While it’s important to stress that science is a personal journey, it’s equally important to recognize and help those who are unsure of where in the scientific community they belong. In some cases, these people are strong teachers or mentors who may not have the skills or desire for cutting-edge research, stuck in an environment that prioritizes such research. These people already have fully-developed scientific identities; their problem is figuring out how (and whether) those identities fit within the larger scientific community. For these individuals, even a little bit of peer recognition may be sufficient; not necessarily in the form of an award, but simply by knowing that others value their contributions to the community.
In other cases, these people may not be fully confident in their skills or are still trying on different scientific identities. They don’t have to be early-career researchers; they could be established researchers poking their heads into new, interesting fields. In these cases it’s vital to re-frame science as a collaboration rather than a competition. Rather than dangle “incentives” for individual performance, encourage junior lab members to become involved and excited in each other’s projects. Rather than seeing a threat from researchers moving outside of their usual domains, see a potential co-author bringing a new perspective to your field. In our view, scientific collaborations provide critical opportunities for researchers to engage each other’s personal and community identities; however, few scientists intuit how to be good collaborators and even fewer learn through anything other than frustrating experiences. Again, this is a problem that can be addressed at multiple levels: for instance, department retreats and scientific society meetings could offer encouragement and workshops about collaboration, and PIs could assign complex tasks to teams of researchers rather than allowing junior researchers to treat particular projects as their personal fiefdoms.

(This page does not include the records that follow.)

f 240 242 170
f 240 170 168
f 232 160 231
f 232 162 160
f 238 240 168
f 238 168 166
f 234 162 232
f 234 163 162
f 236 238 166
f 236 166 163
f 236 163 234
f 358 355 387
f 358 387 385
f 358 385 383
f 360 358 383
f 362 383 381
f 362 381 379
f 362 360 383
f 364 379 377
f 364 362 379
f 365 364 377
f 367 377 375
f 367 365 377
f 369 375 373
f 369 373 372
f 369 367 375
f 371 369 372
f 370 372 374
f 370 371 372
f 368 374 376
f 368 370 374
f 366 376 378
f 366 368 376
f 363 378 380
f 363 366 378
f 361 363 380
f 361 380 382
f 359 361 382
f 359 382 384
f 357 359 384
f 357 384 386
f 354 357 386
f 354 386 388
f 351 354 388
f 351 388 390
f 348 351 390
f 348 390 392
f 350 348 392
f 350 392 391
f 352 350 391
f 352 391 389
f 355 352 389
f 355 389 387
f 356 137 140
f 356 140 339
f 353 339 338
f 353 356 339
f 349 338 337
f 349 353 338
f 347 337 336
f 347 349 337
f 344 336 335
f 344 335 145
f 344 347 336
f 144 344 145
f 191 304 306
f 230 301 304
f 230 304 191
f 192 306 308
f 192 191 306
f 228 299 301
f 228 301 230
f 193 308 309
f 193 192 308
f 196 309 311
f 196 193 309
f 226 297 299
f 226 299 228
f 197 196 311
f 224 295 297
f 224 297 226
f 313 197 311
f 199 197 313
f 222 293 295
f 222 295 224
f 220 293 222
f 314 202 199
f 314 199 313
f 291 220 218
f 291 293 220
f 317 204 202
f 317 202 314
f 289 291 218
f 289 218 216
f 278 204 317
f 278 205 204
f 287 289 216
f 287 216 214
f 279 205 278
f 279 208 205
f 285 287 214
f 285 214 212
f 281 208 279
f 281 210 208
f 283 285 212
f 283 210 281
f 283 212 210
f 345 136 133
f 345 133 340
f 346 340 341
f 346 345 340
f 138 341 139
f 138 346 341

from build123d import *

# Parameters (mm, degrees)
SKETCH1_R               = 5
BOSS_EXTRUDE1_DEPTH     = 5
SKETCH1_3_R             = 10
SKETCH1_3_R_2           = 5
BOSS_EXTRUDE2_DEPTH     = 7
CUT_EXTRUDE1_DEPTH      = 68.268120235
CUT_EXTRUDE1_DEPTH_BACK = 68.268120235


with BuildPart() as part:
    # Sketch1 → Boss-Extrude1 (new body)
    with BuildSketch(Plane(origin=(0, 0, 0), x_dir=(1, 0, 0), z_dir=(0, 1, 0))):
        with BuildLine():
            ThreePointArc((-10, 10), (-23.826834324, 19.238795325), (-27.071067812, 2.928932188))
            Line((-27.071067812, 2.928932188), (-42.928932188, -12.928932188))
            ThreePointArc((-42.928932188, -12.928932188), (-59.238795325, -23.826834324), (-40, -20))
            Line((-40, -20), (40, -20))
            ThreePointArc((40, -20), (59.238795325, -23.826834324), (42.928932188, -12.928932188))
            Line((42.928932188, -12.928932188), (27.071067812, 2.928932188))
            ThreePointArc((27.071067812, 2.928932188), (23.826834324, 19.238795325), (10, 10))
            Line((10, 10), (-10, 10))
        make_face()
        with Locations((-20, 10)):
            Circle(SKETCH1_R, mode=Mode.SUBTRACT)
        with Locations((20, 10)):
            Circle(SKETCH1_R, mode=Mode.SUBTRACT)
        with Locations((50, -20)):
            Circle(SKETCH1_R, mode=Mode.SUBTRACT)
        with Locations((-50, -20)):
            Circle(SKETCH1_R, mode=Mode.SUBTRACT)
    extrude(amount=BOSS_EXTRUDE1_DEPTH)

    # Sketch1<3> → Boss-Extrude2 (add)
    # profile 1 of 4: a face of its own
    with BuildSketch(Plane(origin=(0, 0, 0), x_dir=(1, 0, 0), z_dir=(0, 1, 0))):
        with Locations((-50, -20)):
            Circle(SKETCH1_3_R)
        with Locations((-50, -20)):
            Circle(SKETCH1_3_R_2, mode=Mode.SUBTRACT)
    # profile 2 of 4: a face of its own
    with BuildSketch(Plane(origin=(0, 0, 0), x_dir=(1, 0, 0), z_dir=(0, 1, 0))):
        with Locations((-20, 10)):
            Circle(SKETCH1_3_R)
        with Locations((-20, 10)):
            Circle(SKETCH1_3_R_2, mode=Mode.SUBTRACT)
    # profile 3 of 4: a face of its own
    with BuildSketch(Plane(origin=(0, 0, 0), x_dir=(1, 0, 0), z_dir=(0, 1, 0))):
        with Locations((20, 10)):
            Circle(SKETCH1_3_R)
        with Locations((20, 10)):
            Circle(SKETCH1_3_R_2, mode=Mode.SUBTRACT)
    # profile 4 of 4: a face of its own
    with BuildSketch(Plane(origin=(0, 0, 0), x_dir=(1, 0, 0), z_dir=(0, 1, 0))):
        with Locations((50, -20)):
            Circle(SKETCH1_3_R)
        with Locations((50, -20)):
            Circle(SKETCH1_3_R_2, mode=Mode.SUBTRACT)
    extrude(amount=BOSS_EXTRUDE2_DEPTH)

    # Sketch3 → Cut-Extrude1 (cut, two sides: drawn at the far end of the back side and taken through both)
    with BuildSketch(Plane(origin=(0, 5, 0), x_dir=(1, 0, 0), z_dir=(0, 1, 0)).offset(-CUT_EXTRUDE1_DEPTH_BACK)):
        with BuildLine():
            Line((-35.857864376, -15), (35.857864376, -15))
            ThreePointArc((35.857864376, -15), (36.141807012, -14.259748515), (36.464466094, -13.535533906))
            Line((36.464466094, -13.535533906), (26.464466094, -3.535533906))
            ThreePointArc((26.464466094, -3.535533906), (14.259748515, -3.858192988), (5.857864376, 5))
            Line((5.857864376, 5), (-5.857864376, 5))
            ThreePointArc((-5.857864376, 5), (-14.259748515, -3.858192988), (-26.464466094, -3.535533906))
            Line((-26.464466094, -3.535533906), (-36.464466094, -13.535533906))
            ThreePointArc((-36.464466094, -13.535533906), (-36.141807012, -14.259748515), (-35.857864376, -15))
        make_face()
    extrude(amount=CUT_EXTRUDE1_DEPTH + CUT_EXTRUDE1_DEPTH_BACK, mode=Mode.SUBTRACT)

Finally, there are two aspects of change that must be acknowledged, no matter how the problem of impostor syndrome is attacked at the community level. First, there will always be people who leave the community because of mismatches between community and personal identities. When someone chooses to leave the community, it should not necessarily reflect poorly on that individual, his/her mentors, or the community as a whole. However, too often people leave because the community – intentionally or unintentionally – encourages them to do so. We believe that retention programs, including those that help scientists overcome impostor syndrome, should focus on promoting a more inclusive community identity, allowing more people to find ways in which their personal identity aligns with that of the community.

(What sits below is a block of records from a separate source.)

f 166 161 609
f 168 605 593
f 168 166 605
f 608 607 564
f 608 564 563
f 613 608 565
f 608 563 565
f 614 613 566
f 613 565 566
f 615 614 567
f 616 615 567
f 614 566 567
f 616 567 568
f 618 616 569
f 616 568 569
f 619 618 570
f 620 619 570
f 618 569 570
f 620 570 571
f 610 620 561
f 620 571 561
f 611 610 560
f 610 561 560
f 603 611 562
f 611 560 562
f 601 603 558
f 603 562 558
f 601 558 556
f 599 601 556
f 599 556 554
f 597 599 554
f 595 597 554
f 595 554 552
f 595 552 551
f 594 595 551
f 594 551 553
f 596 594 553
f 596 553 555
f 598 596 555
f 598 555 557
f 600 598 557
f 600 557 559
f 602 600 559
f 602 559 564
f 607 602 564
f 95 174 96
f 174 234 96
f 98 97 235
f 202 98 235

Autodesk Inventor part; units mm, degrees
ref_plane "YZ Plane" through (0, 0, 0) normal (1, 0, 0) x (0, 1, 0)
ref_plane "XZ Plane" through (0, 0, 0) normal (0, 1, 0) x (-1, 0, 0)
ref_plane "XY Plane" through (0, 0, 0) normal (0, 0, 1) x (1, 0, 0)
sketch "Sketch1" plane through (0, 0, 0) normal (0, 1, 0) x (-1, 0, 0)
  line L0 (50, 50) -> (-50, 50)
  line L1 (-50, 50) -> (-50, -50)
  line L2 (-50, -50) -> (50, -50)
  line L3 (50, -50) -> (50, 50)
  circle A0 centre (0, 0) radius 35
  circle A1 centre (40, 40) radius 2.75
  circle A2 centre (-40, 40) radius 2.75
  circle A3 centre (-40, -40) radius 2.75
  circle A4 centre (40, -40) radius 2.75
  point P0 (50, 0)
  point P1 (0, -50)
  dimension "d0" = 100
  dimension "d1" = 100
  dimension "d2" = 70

Second, these recommendations—and any other programs intended to help scientists overcome impostor syndrome—need to be supported by demonstration and emulation of positive social behavior. Defining acceptable community interaction through a series of rules about what not to do is a great way to breed resentment and confusion. Instead, implementing small changes in small areas where we have outsized social influence – our labs, our committees, etc. – can produce the biggest results.